Why were they trying to hold the teacher's name? She doesn't need protection from her actions; only the child needs anonymity.


----------



## HappilyLiberal (Jun 6, 2018)

That baby's shirt looks wrinkled and soiled...  my guess is abuse/neglect.


----------



## MizzBFly (Jun 6, 2018)

LovelyNaps26 said:


> That Malon Wayans caricature was a travesty.  Combo of a sambo and pickaniny. Still haven't watch that.


#message


----------



## tibb1908 (Jun 6, 2018)

This is so upsetting to me. It's sad that she's getting consideration to continue to work with kids with this display of poor judgment.


----------



## metro_qt (Jun 7, 2018)

NappyNelle said:


> Why were they trying to hold the teacher's name? She doesn't need protection from her actions; only the child needs anonymity.
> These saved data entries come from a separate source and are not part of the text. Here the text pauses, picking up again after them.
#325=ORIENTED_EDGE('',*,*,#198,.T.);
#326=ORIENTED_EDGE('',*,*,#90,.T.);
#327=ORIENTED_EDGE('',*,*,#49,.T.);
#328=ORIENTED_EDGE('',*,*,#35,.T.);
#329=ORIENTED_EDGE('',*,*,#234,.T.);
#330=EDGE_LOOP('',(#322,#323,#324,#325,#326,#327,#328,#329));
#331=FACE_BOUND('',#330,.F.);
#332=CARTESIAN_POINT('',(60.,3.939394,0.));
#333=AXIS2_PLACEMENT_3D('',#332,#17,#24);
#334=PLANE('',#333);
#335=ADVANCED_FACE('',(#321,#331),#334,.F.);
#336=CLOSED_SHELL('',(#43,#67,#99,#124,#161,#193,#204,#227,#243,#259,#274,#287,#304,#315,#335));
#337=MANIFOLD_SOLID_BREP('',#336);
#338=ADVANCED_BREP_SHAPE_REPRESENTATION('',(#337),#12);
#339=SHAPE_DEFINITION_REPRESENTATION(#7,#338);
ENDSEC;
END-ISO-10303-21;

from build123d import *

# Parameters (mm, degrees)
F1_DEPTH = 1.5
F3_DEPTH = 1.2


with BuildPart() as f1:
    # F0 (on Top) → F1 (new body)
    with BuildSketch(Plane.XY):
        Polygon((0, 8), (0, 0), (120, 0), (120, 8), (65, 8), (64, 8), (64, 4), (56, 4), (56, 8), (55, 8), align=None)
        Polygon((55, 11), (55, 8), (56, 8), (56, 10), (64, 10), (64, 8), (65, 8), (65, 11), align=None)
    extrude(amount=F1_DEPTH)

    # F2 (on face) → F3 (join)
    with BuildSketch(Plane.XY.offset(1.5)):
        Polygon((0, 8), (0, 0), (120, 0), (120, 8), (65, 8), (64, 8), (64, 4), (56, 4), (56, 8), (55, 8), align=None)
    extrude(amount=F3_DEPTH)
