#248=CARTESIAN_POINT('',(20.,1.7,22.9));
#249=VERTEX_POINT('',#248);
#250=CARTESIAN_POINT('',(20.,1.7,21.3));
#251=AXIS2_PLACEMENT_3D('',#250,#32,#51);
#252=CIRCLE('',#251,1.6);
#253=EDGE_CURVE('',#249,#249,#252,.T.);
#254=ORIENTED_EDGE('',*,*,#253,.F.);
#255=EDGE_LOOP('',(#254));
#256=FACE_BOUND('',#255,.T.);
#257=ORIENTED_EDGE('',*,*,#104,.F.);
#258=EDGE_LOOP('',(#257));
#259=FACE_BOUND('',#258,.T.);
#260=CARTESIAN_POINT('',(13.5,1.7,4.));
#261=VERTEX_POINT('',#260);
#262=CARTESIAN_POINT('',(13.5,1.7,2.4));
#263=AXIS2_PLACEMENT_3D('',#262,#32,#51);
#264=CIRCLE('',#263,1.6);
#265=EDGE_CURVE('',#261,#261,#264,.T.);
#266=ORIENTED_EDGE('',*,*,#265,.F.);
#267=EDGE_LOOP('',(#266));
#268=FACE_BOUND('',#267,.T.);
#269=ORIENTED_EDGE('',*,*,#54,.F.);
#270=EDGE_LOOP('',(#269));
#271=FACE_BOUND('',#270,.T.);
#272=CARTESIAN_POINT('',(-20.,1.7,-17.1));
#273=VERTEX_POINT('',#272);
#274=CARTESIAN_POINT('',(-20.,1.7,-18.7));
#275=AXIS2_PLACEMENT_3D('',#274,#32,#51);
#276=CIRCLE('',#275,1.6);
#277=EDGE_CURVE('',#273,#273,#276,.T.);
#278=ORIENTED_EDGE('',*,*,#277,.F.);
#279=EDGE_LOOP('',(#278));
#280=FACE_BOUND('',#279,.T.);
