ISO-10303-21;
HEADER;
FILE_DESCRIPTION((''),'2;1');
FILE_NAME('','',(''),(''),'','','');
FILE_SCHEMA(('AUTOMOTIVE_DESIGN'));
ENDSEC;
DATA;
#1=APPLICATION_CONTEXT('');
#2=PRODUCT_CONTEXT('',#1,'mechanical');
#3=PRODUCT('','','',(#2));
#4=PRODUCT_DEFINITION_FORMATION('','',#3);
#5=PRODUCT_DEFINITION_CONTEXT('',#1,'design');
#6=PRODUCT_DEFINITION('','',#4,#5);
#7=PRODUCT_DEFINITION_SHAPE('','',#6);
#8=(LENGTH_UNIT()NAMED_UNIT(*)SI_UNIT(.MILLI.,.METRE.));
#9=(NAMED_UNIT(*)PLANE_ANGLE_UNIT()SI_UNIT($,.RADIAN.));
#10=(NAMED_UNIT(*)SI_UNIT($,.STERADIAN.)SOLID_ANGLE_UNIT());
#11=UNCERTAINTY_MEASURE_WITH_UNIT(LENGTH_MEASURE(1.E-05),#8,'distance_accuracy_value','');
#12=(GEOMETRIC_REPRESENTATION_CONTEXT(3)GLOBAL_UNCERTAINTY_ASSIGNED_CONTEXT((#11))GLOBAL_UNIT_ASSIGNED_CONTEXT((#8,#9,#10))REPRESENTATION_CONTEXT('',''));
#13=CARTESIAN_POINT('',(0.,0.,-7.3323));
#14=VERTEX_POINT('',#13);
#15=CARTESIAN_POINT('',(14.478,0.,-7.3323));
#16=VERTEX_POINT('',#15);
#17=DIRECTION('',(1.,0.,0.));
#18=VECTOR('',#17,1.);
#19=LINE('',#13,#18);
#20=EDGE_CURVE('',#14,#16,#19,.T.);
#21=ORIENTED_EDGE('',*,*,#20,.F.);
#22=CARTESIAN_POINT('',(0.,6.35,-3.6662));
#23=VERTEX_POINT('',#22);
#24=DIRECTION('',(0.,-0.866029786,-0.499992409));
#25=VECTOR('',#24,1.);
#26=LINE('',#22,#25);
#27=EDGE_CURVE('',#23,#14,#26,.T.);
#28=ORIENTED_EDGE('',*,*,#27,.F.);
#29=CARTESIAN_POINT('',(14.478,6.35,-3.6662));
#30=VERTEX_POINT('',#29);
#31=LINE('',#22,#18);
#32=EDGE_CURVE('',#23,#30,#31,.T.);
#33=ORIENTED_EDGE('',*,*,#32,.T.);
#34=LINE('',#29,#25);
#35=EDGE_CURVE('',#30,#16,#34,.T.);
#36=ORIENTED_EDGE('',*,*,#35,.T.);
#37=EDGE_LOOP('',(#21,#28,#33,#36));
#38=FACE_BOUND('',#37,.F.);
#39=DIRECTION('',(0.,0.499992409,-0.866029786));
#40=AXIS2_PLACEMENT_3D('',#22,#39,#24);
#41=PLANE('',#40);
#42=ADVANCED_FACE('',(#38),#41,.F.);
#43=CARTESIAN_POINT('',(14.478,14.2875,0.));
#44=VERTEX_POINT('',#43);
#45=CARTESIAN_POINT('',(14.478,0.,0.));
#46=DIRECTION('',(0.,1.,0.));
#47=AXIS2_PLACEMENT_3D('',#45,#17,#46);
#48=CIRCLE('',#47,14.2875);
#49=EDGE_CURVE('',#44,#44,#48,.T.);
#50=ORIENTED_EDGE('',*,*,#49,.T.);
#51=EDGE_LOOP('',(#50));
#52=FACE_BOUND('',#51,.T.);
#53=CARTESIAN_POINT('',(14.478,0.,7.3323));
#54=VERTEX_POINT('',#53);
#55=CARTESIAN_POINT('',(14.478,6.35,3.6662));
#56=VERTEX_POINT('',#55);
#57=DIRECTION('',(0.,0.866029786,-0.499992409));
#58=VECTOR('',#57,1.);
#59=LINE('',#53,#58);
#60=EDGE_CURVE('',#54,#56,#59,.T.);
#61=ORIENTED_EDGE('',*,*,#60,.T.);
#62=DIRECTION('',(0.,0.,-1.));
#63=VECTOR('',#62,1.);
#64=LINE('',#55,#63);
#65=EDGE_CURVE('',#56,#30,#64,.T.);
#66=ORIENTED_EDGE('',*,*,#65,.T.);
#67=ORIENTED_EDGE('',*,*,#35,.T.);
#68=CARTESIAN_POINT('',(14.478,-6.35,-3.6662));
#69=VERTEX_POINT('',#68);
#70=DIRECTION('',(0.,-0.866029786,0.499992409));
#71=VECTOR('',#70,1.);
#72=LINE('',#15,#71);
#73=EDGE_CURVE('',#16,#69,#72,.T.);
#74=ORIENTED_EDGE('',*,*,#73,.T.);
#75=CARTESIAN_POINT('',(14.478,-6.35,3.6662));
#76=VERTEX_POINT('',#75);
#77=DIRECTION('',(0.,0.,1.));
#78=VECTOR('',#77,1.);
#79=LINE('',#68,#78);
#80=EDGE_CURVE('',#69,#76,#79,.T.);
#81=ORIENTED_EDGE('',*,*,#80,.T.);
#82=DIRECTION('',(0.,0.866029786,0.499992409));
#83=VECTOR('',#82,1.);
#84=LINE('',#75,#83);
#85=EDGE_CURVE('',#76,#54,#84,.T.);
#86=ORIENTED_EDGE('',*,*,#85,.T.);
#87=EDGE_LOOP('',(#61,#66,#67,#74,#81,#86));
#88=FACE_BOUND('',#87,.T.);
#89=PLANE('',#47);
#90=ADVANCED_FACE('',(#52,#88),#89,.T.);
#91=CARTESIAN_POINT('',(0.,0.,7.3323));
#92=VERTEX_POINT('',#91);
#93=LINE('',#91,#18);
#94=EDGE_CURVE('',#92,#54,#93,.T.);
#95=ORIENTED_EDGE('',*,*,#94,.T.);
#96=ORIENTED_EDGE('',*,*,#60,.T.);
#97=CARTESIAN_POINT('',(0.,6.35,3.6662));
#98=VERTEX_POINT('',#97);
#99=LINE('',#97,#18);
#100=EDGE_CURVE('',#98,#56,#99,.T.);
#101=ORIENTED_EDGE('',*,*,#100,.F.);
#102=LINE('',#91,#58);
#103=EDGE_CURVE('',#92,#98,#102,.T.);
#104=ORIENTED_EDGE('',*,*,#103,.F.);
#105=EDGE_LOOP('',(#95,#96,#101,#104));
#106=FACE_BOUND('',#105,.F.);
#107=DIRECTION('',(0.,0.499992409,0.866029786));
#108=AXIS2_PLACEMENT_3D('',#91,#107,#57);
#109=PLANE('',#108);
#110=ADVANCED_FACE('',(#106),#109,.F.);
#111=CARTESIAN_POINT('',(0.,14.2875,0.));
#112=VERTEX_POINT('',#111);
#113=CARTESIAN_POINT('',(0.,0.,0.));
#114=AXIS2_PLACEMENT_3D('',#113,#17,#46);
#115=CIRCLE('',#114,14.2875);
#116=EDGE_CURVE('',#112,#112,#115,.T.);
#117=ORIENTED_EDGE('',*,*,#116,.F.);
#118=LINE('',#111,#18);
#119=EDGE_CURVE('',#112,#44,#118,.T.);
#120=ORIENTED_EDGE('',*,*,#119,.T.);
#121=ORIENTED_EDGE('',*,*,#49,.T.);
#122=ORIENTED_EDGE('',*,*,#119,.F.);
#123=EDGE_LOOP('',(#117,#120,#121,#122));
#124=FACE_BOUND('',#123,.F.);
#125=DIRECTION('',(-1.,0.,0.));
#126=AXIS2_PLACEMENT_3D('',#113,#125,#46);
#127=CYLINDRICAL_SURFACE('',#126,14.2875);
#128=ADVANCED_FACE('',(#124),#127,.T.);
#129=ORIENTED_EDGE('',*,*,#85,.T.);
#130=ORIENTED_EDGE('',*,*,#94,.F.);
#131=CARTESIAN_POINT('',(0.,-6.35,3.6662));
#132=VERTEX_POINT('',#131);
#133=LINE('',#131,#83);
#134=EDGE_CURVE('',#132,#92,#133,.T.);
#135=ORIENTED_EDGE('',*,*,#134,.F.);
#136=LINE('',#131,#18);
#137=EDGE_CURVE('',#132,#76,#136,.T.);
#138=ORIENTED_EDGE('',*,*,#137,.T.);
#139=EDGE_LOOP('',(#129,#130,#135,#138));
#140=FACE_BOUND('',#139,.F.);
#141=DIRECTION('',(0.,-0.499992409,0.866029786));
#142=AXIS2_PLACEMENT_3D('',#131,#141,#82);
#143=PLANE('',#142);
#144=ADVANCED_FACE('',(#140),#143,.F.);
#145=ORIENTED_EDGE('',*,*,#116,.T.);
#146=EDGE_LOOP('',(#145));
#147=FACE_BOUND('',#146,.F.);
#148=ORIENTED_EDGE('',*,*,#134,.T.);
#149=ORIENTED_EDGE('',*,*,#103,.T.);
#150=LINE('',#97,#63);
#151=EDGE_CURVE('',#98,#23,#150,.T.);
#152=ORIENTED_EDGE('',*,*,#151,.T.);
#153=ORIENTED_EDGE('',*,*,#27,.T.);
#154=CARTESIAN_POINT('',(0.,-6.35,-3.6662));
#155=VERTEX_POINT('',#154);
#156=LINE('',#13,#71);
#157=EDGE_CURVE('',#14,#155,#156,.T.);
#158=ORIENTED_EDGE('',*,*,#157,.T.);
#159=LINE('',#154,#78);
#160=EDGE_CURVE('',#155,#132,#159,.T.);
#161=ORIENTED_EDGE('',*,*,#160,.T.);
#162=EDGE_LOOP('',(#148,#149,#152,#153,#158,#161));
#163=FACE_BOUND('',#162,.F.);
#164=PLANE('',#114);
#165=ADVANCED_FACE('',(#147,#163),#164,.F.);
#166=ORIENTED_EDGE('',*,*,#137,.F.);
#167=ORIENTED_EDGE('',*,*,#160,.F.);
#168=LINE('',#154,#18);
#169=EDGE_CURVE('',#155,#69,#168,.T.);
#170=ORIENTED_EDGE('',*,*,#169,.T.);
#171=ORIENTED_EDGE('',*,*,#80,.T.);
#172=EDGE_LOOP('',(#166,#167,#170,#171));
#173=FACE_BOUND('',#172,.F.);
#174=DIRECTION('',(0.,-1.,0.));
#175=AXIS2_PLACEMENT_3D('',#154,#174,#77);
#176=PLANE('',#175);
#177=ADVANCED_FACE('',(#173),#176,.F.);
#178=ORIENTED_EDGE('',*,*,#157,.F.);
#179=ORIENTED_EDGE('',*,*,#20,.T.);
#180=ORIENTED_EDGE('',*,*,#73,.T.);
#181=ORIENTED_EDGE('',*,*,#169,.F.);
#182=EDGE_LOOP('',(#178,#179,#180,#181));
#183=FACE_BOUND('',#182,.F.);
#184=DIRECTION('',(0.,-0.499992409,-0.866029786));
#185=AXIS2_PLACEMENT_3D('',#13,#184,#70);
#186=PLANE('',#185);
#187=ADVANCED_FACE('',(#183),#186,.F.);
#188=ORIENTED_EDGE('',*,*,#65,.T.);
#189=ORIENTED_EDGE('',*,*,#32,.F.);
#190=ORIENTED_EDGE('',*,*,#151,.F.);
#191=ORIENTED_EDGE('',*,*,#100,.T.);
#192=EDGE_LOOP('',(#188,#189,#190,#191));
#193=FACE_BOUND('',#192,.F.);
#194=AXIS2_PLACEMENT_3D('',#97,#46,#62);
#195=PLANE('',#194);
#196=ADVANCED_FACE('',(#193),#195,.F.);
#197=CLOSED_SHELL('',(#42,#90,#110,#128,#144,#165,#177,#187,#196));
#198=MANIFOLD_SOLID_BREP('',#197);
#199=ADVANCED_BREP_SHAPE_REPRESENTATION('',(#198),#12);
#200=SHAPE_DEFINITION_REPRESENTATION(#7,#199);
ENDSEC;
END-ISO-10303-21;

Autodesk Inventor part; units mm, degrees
ref_plane "YZ Plane" through (0, 0, 0) normal (1, 0, 0) x (0, 1, 0)
ref_plane "XZ Plane" through (0, 0, 0) normal (0, 1, 0) x (-1, 0, 0)
ref_plane "XY Plane" through (0, 0, 0) normal (0, 0, 1) x (1, 0, 0)
sketch "Sketch1" plane through (0, 0, 0) normal (1, 0, 0) x (0, 1, 0)
  circle A0 centre (0, 0) radius 14.2875
  line L0 (0, -7.3323) -> (-6.35, -3.6662)
  line L1 (-6.35, -3.6662) -> (-6.35, 3.6662)
  line L2 (-6.35, 3.6662) -> (0, 7.3323)
  line L3 (0, 7.3323) -> (6.35, 3.6662)
  line L4 (6.35, 3.6662) -> (6.35, -3.6662)
  line L5 (6.35, -3.6662) -> (0, -7.3323)
  dimension "d1" = 28.575
  dimension "d4" = 12.7
extrude "Extrusion2" add sketch "Sketch1" along normal blind 14.478
properties part number "Spacer"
because @NappyNelle I believe this was the school she substituted the most at/only school she was at, and it was mainly for kindergarten.
They said identifying her would make it easy to identify the school and child.


----------



## kupenda (Jun 7, 2018)

I think there could be a silver lining in this. The child is definitely being neglected. Maybe the ugly actions of this susbstitue will get the child and his/her case looked into. No parent in their right mind willingly sends their baby to school looking unloved. I’ve seen children that were homeless but still looked cared for. My heart hurts for the little sweetiecakes


----------



## jaiku (Jun 7, 2018)

I  don’t understand posting children’s pictures without their parents’ permission on social media. Why isn’t their rules against that.


----------



## Reinventing21 (Jun 7, 2018)

^^There are rules.


----------



## mochalocks (Jun 8, 2018)

jaiku said:


> I  don’t understand posting children’s pictures without their parents’ permission on social media. Why isn’t their rules against that.




I guess because it is not showing the child's face.


----------